> Given records:
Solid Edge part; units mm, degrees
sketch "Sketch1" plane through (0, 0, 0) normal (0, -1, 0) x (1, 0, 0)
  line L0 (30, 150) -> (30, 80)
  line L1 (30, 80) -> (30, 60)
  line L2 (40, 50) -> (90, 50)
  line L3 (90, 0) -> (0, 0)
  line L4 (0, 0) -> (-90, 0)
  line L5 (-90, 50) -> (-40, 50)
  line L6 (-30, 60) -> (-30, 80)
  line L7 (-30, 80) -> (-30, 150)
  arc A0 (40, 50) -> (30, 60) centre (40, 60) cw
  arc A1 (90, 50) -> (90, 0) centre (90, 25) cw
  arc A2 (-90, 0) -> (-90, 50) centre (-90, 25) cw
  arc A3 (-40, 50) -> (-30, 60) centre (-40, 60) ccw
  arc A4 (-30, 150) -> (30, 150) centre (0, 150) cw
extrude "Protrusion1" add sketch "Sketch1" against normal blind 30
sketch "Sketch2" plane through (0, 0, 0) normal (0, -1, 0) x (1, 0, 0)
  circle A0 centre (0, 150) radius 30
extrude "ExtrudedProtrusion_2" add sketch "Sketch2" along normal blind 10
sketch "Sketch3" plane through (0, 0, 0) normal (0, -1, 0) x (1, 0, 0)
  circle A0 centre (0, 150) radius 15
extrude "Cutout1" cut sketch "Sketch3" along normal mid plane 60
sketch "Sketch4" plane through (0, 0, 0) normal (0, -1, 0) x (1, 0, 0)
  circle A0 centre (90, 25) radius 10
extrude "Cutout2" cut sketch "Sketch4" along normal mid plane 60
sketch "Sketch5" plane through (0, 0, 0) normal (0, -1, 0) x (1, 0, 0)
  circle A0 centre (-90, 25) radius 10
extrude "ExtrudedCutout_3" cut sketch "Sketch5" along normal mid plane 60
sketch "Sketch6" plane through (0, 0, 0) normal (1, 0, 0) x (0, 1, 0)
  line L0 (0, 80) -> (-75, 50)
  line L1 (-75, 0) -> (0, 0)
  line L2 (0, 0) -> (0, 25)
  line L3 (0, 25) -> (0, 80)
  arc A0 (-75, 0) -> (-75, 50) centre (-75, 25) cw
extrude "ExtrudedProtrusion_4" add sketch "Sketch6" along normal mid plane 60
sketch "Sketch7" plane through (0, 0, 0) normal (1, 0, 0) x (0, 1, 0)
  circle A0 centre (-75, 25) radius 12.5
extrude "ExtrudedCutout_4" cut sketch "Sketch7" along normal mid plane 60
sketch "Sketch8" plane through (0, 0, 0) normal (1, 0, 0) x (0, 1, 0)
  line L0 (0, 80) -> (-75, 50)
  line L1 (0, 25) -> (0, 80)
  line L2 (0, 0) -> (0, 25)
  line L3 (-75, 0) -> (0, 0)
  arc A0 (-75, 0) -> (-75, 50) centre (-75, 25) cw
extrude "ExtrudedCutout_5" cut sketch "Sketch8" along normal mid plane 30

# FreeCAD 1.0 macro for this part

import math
import FreeCAD as App
import Part
import Sketcher

V = App.Vector
Q = App.Units.Quantity

doc = App.newDocument("Part")
body = doc.addObject("PartDesign::Body", "Body")

sketch1 = body.newObject("Sketcher::SketchObject", "Sketch")
sketch1.AttachmentSupport = (doc.getObject("XZ_Plane"), [""])
sketch1.MapMode = "FlatFace"
sketch1.addGeometry([
    Part.LineSegment(V(30, 60, 0), V(30, 150, 0)),
    Part.ArcOfCircle(Part.Circle(V(0, 150, 0), V(0, 0, 1), 30), math.radians(0), math.radians(180)),
    Part.LineSegment(V(-30, 150, 0), V(-30, 60, 0)),
    Part.ArcOfCircle(Part.Circle(V(-40, 60, 0), V(0, 0, 1), 10), math.radians(-90), math.radians(0)),
    Part.LineSegment(V(-40, 50, 0), V(-90, 50, 0)),
    Part.ArcOfCircle(Part.Circle(V(-90, 25, 0), V(0, 0, 1), 25), math.radians(90), math.radians(270)),
    Part.LineSegment(V(-90, 0, 0), V(90, 0, 0)),
    Part.ArcOfCircle(Part.Circle(V(90, 25, 0), V(0, 0, 1), 25), math.radians(-90), math.radians(90)),
    Part.LineSegment(V(90, 50, 0), V(40, 50, 0)),
    Part.ArcOfCircle(Part.Circle(V(40, 60, 0), V(0, 0, 1), 10), math.radians(180), math.radians(270)),
], False)
sketch1.addConstraint([
    Sketcher.Constraint("Tangent", 0, 2, 1, 1),
    Sketcher.Constraint("Tangent", 1, 2, 2, 1),
    Sketcher.Constraint("Tangent", 2, 2, 3, 2),
    Sketcher.Constraint("Tangent", 3, 1, 4, 1),
    Sketcher.Constraint("Tangent", 4, 2, 5, 1),
    Sketcher.Constraint("Tangent", 5, 2, 6, 1),
    Sketcher.Constraint("Tangent", 6, 2, 7, 1),
    Sketcher.Constraint("Tangent", 7, 2, 8, 1),
    Sketcher.Constraint("Tangent", 8, 2, 9, 2),
    Sketcher.Constraint("Tangent", 9, 1, 0, 1),
    Sketcher.Constraint("Vertical", 0),
    Sketcher.Constraint("Vertical", 2),
    Sketcher.Constraint("Horizontal", 4),
    Sketcher.Constraint("Horizontal", 6),
    Sketcher.Constraint("Horizontal", 8),
    Sketcher.Constraint("Equal", 5, 7),
    Sketcher.Constraint("Equal", 3, 9),
    Sketcher.Constraint("Symmetric", 5, 2, 6, 2, -1, 1),
    Sketcher.Constraint("PointOnObject", 1, 3, -2),
    Sketcher.Constraint("Radius", 1, Q("30 mm")),
    Sketcher.Constraint("Radius", 3, Q("10 mm")),
    Sketcher.Constraint("Radius", 5, Q("25 mm")),
    Sketcher.Constraint("DistanceX", 4, 2, 4, 1, Q("50 mm")),
    Sketcher.Constraint("DistanceY", 0, 1, 0, 2, Q("90 mm")),
])
pad1 = body.newObject("PartDesign::Pad", "Pad")
pad1.Profile = sketch1
pad1.Length = 30
pad1.Reversed = True

sketch2 = body.newObject("Sketcher::SketchObject", "Sketch001")
sketch2.AttachmentSupport = (doc.getObject("XZ_Plane"), [""])
sketch2.MapMode = "FlatFace"
sketch2.addGeometry(Part.Circle(V(0, 150, 0), V(0, 0, 1), 30), False)
sketch2.addConstraint([
    Sketcher.Constraint("PointOnObject", 0, 3, -2),
    Sketcher.Constraint("Diameter", 0, Q("60 mm")),
    Sketcher.Constraint("DistanceY", -1, 1, 0, 3, Q("150 mm")),
])
pad2 = body.newObject("PartDesign::Pad", "Pad001")
pad2.Profile = sketch2
pad2.Length = 10

sketch3 = body.newObject("Sketcher::SketchObject", "Sketch002")
sketch3.AttachmentSupport = (doc.getObject("XZ_Plane"), [""])
sketch3.MapMode = "FlatFace"
sketch3.addGeometry(Part.Circle(V(0, 150, 0), V(0, 0, 1), 15), False)
sketch3.addConstraint([
    Sketcher.Constraint("PointOnObject", 0, 3, -2),
    Sketcher.Constraint("Diameter", 0, Q("30 mm")),
    Sketcher.Constraint("DistanceY", -1, 1, 0, 3, Q("150 mm")),
])
pocket1 = body.newObject("PartDesign::Pocket", "Pocket")
pocket1.Profile = sketch3
pocket1.Length = 60
pocket1.Midplane = True

sketch4 = body.newObject("Sketcher::SketchObject", "Sketch003")
sketch4.AttachmentSupport = (doc.getObject("XZ_Plane"), [""])
sketch4.MapMode = "FlatFace"
sketch4.addGeometry(Part.Circle(V(90, 25, 0), V(0, 0, 1), 10), False)
sketch4.addConstraint([
    Sketcher.Constraint("Diameter", 0, Q("20 mm")),
    Sketcher.Constraint("DistanceX", -1, 1, 0, 3, Q("90 mm")),
    Sketcher.Constraint("DistanceY", -1, 1, 0, 3, Q("25 mm")),
])
pocket2 = body.newObject("PartDesign::Pocket", "Pocket001")
pocket2.Profile = sketch4
pocket2.Length = 60
pocket2.Midplane = True

sketch5 = body.newObject("Sketcher::SketchObject", "Sketch004")
sketch5.AttachmentSupport = (doc.getObject("XZ_Plane"), [""])
sketch5.MapMode = "FlatFace"
sketch5.addGeometry(Part.Circle(V(-90, 25, 0), V(0, 0, 1), 10), False)
sketch5.addConstraint([
    Sketcher.Constraint("Diameter", 0, Q("20 mm")),
    Sketcher.Constraint("DistanceX", 0, 3, -1, 1, Q("90 mm")),
    Sketcher.Constraint("DistanceY", -1, 1, 0, 3, Q("25 mm")),
])
pocket3 = body.newObject("PartDesign::Pocket", "Pocket002")
pocket3.Profile = sketch5
pocket3.Length = 60
pocket3.Midplane = True

sketch6 = body.newObject("Sketcher::SketchObject", "Sketch005")
sketch6.AttachmentSupport = (doc.getObject("YZ_Plane"), [""])
sketch6.MapMode = "FlatFace"
sketch6.addGeometry([
    Part.LineSegment(V(0, 0, 0), V(0, 80, 0)),
    Part.LineSegment(V(0, 80, 0), V(-75, 50, 0)),
    Part.ArcOfCircle(Part.Circle(V(-75, 25, 0), V(0, 0, 1), 25), math.radians(90), math.radians(270)),
    Part.LineSegment(V(-75, 0, 0), V(0, 0, 0)),
], False)
sketch6.addConstraint([
    Sketcher.Constraint("Coincident", 0, 2, 1, 1),
    Sketcher.Constraint("Coincident", 1, 2, 2, 1),
    Sketcher.Constraint("Tangent", 2, 2, 3, 1),
    Sketcher.Constraint("Coincident", 3, 2, 0, 1),
    Sketcher.Constraint("Vertical", 0),
    Sketcher.Constraint("Horizontal", 3),
    Sketcher.Constraint("Coincident", 3, 2, -1, 1),
    Sketcher.Constraint("Vertical", 2, 3, 1, 2),
    Sketcher.Constraint("Radius", 2, Q("25 mm")),
    Sketcher.Constraint("DistanceX", 3, 1, 3, 2, Q("75 mm")),
    Sketcher.Constraint("DistanceY", 0, 1, 0, 2, Q("80 mm")),
])
pad3 = body.newObject("PartDesign::Pad", "Pad002")
pad3.Profile = sketch6
pad3.Length = 60
pad3.Midplane = True

sketch7 = body.newObject("Sketcher::SketchObject", "Sketch006")
sketch7.AttachmentSupport = (doc.getObject("YZ_Plane"), [""])
sketch7.MapMode = "FlatFace"
sketch7.addGeometry(Part.Circle(V(-75, 25, 0), V(0, 0, 1), 12), False)
sketch7.addConstraint([
    Sketcher.Constraint("Diameter", 0, Q("25 mm")),
    Sketcher.Constraint("DistanceX", 0, 3, -1, 1, Q("75 mm")),
    Sketcher.Constraint("DistanceY", -1, 1, 0, 3, Q("25 mm")),
])
pocket4 = body.newObject("PartDesign::Pocket", "Pocket003")
pocket4.Profile = sketch7
pocket4.Length = 60
pocket4.Midplane = True

sketch8 = body.newObject("Sketcher::SketchObject", "Sketch007")
sketch8.AttachmentSupport = (doc.getObject("YZ_Plane"), [""])
sketch8.MapMode = "FlatFace"
sketch8.addGeometry([
    Part.LineSegment(V(0, 0, 0), V(0, 80, 0)),
    Part.LineSegment(V(0, 80, 0), V(-75, 50, 0)),
    Part.ArcOfCircle(Part.Circle(V(-75, 25, 0), V(0, 0, 1), 25), math.radians(90), math.radians(270)),
    Part.LineSegment(V(-75, 0, 0), V(0, 0, 0)),
], False)
sketch8.addConstraint([
    Sketcher.Constraint("Coincident", 0, 2, 1, 1),
    Sketcher.Constraint("Coincident", 1, 2, 2, 1),
    Sketcher.Constraint("Tangent", 2, 2, 3, 1),
    Sketcher.Constraint("Coincident", 3, 2, 0, 1),
    Sketcher.Constraint("Vertical", 0),
    Sketcher.Constraint("Horizontal", 3),
    Sketcher.Constraint("Coincident", 3, 2, -1, 1),
    Sketcher.Constraint("Vertical", 2, 3, 1, 2),
    Sketcher.Constraint("Radius", 2, Q("25 mm")),
    Sketcher.Constraint("DistanceX", 3, 1, 3, 2, Q("75 mm")),
    Sketcher.Constraint("DistanceY", 0, 1, 0, 2, Q("80 mm")),
])
pocket5 = body.newObject("PartDesign::Pocket", "Pocket004")
pocket5.Profile = sketch8
pocket5.Length = 30
pocket5.Midplane = True

doc.recompute()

> Exercise goal: How many lines of the entries above contain the word "through"? Give the number alone.

> Final answer: 8